So I made a linear regression in R Studio to predict the price of a car based on the year of fabrication. The data set is called "audi" and my linear regression looks like this:
library(tidyverse)
library(modelr)
...
model_price_Year <- lm(data = audi, price ~ year)
summary(model_price_Year)
The result of the summary is this:
Coefficients:
Estimate Std. Error t value Pr(>|t|)
(Intercept) -6.437e+06 8.503e+04 -75.71 <2e-16
year 3.203e+03 4.215e+01 75.98 <2e-16
---
Signif. codes: 0 ‘***’ 0.001 ‘**’ 0.01 ‘*’ 0.05 ‘.’ 0.1 ‘ ’ 1
Residual standard error: 9437 on 10666 degrees of freedom
Multiple R-squared: 0.3512, Adjusted R-squared: 0.3511
F-statistic: 5772 on 1 and 10666 DF, p-value: < 2.2e-16
Then, I made a grid and i added predictions for 100 values of the year. It looks like this:
grid_year <- audi %>%
data_grid(year = seq_range(year, 100)) %>%
add_predictions(model_price_Year, "price")

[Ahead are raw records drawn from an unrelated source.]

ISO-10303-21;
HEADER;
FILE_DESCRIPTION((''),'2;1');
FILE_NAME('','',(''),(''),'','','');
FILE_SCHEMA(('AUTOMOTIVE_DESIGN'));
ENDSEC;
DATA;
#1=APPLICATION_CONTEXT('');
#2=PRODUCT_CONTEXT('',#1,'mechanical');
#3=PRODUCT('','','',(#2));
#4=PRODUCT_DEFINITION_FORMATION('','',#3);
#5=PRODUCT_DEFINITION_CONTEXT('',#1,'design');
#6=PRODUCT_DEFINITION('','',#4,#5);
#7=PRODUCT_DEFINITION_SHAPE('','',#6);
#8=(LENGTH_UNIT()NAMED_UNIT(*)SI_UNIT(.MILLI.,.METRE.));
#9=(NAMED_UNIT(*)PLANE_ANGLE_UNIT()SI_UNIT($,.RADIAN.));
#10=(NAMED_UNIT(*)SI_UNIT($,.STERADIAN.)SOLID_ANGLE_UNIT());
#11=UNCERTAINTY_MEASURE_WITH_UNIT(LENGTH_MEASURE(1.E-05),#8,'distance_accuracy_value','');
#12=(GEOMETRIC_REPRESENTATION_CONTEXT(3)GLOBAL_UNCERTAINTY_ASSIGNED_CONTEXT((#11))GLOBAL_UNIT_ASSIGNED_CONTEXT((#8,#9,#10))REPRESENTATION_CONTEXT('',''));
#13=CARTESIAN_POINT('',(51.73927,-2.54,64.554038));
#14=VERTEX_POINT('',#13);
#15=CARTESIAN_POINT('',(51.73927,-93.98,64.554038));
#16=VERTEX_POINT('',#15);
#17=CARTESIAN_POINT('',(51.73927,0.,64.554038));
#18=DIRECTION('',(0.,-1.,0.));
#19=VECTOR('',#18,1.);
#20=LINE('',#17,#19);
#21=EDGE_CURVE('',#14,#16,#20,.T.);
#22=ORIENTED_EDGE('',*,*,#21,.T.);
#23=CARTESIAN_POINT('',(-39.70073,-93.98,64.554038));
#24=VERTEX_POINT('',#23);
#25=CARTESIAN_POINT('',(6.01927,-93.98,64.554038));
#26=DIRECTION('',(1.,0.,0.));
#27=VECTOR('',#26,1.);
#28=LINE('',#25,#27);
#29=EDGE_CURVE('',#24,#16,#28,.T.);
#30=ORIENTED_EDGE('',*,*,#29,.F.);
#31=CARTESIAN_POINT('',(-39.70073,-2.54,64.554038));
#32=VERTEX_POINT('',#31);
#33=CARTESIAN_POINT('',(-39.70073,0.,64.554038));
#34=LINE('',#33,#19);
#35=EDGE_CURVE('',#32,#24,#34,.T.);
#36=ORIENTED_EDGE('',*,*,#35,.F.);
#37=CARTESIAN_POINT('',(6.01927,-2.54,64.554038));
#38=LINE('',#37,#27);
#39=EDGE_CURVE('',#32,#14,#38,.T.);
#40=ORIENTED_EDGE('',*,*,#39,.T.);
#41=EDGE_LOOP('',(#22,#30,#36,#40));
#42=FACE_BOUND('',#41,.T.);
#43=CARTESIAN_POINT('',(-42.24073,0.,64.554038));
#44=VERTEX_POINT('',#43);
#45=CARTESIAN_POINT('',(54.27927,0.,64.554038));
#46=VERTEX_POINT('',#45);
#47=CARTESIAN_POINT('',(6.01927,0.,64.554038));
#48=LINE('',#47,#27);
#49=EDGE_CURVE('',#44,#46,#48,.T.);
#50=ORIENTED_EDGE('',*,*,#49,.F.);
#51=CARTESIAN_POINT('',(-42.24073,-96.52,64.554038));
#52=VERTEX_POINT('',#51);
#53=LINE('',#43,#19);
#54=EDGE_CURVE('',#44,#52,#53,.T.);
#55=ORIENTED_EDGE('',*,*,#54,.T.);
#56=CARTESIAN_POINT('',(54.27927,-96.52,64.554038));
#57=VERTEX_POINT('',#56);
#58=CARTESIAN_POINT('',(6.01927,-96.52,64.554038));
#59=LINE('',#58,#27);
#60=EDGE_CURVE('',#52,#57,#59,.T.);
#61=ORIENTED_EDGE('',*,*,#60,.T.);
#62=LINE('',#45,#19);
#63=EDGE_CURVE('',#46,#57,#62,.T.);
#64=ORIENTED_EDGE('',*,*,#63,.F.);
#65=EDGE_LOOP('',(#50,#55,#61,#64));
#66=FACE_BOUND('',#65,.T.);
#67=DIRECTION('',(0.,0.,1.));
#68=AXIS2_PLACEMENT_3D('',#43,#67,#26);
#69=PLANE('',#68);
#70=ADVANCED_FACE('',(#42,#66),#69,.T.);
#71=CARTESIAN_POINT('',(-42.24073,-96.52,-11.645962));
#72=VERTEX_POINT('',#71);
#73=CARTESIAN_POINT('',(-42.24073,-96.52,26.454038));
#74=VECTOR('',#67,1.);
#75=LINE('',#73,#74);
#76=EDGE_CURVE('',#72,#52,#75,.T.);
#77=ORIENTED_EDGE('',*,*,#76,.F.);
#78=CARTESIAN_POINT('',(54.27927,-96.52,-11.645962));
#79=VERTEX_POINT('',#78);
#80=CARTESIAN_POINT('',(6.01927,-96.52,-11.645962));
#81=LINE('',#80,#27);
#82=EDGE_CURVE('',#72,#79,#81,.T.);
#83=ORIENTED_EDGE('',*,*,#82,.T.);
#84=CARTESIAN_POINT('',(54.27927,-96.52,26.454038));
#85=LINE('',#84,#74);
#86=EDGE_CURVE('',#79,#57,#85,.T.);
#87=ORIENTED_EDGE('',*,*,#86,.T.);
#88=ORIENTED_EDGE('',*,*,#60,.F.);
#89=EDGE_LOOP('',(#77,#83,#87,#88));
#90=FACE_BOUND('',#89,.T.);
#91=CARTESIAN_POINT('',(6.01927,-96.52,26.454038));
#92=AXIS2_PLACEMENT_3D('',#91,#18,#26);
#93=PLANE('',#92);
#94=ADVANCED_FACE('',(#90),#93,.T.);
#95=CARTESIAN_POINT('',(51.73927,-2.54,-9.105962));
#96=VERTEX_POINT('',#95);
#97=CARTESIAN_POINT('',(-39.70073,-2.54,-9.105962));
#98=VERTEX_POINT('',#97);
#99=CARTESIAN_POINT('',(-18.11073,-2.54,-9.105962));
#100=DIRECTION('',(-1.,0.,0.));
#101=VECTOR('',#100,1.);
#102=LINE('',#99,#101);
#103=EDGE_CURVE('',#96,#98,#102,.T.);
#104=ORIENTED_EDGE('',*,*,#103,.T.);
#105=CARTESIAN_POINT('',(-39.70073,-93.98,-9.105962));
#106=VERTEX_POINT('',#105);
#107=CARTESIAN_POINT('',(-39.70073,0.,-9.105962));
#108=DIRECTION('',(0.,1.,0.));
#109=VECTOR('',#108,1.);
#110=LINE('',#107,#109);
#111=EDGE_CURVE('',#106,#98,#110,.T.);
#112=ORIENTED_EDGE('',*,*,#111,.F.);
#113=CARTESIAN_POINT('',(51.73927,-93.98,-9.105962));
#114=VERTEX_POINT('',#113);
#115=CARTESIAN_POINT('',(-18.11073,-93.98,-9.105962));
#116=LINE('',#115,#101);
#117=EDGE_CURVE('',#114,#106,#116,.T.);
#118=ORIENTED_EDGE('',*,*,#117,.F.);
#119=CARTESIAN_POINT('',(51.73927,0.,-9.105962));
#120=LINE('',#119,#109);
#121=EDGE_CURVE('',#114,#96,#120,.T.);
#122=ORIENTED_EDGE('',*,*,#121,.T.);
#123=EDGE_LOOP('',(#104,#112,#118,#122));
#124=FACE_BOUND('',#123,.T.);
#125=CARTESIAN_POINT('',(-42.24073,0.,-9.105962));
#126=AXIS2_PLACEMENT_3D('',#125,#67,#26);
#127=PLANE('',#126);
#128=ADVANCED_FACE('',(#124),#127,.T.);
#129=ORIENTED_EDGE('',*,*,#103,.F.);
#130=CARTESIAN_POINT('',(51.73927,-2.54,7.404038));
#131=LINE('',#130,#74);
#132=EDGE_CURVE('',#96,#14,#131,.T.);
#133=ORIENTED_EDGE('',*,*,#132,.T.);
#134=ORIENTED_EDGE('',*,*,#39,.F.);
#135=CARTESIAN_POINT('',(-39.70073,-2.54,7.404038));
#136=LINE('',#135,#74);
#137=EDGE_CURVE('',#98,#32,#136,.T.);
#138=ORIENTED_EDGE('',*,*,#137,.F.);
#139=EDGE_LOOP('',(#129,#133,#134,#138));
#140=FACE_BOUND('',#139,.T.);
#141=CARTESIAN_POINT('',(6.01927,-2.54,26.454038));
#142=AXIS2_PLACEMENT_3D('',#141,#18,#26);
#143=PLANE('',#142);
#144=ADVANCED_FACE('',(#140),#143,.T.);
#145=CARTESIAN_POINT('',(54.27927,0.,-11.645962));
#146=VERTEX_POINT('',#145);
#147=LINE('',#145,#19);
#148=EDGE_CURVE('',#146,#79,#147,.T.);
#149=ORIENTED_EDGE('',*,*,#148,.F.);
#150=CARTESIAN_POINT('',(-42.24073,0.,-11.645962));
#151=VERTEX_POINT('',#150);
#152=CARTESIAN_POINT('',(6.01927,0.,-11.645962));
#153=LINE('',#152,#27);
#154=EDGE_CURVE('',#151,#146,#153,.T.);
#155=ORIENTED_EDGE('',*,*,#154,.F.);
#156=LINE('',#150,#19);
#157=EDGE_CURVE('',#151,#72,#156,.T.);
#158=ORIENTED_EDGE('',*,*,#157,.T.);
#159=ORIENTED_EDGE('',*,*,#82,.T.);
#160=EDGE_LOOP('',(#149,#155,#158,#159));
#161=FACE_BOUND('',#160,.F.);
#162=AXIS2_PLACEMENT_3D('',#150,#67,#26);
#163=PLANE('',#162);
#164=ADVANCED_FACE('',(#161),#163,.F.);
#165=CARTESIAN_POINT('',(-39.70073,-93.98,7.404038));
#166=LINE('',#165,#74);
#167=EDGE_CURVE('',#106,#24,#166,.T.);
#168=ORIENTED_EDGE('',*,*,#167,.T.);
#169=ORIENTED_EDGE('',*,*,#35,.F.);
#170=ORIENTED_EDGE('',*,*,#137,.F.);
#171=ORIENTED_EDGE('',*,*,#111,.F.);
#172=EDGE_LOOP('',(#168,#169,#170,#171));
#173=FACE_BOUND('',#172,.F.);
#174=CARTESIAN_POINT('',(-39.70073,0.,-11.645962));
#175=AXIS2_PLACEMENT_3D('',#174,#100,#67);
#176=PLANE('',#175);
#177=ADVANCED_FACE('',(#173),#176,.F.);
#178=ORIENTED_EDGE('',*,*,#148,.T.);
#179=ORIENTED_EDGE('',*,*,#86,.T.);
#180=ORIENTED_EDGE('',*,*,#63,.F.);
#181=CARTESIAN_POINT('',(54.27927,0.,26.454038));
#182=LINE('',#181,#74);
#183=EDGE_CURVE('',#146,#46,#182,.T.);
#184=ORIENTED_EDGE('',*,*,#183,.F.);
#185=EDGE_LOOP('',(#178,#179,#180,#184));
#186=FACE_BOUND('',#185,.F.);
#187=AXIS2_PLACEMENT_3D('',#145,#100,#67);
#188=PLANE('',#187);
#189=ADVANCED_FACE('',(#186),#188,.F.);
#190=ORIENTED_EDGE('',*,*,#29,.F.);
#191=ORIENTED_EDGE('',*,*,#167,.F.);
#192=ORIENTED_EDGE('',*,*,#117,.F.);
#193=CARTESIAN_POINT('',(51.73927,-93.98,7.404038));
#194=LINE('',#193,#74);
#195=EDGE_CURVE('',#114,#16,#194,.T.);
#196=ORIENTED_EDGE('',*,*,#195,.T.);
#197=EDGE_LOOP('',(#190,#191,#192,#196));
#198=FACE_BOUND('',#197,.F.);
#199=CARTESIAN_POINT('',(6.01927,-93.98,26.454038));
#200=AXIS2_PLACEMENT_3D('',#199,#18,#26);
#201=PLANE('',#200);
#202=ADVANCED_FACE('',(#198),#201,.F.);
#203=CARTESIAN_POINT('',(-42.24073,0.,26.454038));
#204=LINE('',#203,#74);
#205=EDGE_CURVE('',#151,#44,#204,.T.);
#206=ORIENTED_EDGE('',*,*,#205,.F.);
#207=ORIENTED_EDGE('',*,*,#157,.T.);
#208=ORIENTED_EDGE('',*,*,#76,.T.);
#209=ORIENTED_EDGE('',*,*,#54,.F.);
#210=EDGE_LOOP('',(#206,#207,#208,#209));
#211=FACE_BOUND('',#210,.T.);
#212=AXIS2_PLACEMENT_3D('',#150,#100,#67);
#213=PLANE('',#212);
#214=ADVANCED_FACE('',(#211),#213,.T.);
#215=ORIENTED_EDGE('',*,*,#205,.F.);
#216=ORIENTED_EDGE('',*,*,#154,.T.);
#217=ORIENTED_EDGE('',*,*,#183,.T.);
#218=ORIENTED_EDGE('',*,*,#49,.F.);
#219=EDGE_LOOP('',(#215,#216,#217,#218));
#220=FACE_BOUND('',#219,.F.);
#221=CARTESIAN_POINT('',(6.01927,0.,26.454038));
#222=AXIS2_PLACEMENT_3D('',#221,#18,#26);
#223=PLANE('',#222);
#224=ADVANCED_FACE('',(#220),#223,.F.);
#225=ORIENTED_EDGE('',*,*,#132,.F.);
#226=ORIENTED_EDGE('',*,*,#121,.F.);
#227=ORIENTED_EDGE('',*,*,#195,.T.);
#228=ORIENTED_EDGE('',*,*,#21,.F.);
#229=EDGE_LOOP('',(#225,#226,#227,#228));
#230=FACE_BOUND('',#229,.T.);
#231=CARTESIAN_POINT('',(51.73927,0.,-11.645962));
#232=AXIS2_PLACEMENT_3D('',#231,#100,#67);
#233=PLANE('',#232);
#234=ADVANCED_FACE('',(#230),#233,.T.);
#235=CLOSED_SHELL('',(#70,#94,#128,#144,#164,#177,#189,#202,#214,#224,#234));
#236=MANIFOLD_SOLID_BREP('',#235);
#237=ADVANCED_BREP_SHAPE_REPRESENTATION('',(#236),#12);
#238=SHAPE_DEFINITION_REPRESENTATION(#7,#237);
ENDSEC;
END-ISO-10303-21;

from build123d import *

# Parameters (mm, degrees)
F0_W     = 96.52
F0_H     = 76.2
F1_DEPTH = 96.52
F2_T     = -2.54


with BuildPart() as f1:
    # F0 (on Front) → F1 (new body)
    with BuildSketch(Plane.XZ):
        with Locations((6.01927, 26.454038)):
            Rectangle(F0_W, F0_H)
    extrude(amount=F1_DEPTH)

    # F2
    f2_openings = [f1.faces().sort_by_distance(p)[0] for p in [
        (6.01927, -48.26, 64.554038),
    ]]
    offset(amount=F2_T, openings=f2_openings)


solid = f1.part
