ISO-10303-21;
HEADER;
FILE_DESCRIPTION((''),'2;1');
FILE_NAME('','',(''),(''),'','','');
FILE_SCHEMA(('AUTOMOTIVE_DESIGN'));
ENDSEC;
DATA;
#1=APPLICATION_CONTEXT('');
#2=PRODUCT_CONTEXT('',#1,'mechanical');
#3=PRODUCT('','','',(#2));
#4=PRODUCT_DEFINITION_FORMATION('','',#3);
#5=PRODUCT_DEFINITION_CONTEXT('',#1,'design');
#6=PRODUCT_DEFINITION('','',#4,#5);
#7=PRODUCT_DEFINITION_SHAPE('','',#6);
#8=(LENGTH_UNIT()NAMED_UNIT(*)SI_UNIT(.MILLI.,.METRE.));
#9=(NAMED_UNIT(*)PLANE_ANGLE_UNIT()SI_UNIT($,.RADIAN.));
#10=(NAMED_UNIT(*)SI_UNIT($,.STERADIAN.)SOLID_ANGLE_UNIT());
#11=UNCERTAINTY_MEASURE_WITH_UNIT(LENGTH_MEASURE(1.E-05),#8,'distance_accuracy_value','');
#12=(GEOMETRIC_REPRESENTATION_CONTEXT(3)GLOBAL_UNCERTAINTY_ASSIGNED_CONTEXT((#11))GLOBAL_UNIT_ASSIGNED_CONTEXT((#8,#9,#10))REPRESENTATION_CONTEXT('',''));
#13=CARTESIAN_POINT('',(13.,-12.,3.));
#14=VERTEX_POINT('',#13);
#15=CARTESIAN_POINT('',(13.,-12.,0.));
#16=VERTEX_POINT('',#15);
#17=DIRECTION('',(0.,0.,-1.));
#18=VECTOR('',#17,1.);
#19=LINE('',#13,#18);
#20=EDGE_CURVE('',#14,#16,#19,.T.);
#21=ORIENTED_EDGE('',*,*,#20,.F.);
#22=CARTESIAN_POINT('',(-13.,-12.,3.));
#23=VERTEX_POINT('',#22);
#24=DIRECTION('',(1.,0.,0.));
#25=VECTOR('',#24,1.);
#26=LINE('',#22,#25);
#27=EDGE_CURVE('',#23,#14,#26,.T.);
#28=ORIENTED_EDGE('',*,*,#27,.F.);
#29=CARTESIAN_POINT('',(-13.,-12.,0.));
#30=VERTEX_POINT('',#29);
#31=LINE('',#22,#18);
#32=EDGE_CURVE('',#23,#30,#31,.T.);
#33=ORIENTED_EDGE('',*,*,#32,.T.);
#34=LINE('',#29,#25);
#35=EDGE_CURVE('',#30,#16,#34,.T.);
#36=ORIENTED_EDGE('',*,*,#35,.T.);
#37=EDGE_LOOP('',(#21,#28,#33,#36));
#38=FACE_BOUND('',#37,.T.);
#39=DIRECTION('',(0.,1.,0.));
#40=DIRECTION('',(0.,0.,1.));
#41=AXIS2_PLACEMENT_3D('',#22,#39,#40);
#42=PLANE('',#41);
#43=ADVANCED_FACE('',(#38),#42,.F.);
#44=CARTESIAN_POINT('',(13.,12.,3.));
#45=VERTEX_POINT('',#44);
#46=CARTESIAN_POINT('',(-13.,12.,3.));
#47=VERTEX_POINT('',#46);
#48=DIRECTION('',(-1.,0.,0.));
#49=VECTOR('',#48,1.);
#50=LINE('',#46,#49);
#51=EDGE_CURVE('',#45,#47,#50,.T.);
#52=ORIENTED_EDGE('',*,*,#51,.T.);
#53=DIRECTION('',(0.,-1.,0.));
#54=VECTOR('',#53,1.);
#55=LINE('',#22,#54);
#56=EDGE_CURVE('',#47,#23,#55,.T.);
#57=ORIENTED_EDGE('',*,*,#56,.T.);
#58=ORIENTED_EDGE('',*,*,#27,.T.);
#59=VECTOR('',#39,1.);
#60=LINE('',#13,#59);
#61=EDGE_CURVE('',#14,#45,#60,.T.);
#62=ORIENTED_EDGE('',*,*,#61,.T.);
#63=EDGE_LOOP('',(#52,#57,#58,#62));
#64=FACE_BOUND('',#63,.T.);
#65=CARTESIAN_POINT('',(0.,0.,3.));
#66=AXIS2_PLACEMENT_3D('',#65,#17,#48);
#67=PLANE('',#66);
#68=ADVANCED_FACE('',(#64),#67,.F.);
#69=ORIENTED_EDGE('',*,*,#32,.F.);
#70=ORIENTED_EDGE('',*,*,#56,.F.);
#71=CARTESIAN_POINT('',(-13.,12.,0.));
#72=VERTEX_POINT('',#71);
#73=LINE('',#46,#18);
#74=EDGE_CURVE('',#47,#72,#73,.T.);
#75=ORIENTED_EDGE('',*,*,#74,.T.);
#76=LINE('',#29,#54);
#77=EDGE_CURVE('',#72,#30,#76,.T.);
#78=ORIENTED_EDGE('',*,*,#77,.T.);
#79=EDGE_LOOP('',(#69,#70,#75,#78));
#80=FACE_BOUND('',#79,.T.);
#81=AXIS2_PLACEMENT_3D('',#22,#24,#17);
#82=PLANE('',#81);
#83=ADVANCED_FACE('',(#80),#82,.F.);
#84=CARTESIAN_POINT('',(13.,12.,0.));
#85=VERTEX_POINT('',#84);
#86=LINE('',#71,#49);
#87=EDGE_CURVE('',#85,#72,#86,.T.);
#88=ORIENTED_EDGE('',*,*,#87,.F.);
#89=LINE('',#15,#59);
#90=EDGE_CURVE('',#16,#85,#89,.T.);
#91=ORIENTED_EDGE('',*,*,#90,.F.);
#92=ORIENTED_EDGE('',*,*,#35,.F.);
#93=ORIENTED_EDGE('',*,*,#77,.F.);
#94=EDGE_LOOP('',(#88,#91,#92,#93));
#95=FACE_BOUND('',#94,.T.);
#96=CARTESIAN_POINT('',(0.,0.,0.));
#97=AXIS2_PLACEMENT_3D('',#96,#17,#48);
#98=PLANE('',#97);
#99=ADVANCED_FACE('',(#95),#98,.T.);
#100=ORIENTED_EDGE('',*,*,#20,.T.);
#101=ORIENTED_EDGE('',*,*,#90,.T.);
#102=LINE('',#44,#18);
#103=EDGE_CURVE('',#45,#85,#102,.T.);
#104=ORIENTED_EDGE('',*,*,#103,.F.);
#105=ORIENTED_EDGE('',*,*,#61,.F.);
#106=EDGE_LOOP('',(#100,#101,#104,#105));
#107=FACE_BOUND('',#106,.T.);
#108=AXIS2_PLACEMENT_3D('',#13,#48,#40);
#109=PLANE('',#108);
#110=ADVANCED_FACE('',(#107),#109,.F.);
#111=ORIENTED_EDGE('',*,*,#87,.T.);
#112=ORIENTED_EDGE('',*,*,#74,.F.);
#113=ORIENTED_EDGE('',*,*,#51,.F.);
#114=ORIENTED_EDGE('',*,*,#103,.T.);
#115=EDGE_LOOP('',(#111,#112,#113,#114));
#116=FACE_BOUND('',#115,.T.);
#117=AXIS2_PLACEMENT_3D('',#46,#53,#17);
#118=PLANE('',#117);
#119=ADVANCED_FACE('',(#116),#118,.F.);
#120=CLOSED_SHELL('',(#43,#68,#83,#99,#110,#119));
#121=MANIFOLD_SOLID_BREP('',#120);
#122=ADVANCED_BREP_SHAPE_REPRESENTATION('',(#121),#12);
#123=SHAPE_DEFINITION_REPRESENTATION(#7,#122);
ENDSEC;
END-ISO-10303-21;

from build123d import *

# Parameters (mm, degrees)
SKETCH_1_W      = 26
SKETCH_1_H      = 24
EXTRUDE_1_DEPTH = 3


with BuildPart() as part:
    # Эскиз1 → Бобышка-Вытянуть1 (new body)
    with BuildSketch(Plane.XY):
        Rectangle(SKETCH_1_W, SKETCH_1_H)
    extrude(amount=EXTRUDE_1_DEPTH)


solid = part.part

And after that, if i want to see results, they look like this:
year price
<dbl> <dbl>
1 1997 -41481.
2 1997. -40737.
3 1997. -39993.
4 1998. -39249.
5 1998. -38505.
6 1998. -37761.
7 1998. -37017.
8 1999. -36273.
9 1999. -35529.
10 1999. -34785.
They are all negative, and becuase we are talking about the price, it doesnt really make sense. Why are they negative? How do I interpret this?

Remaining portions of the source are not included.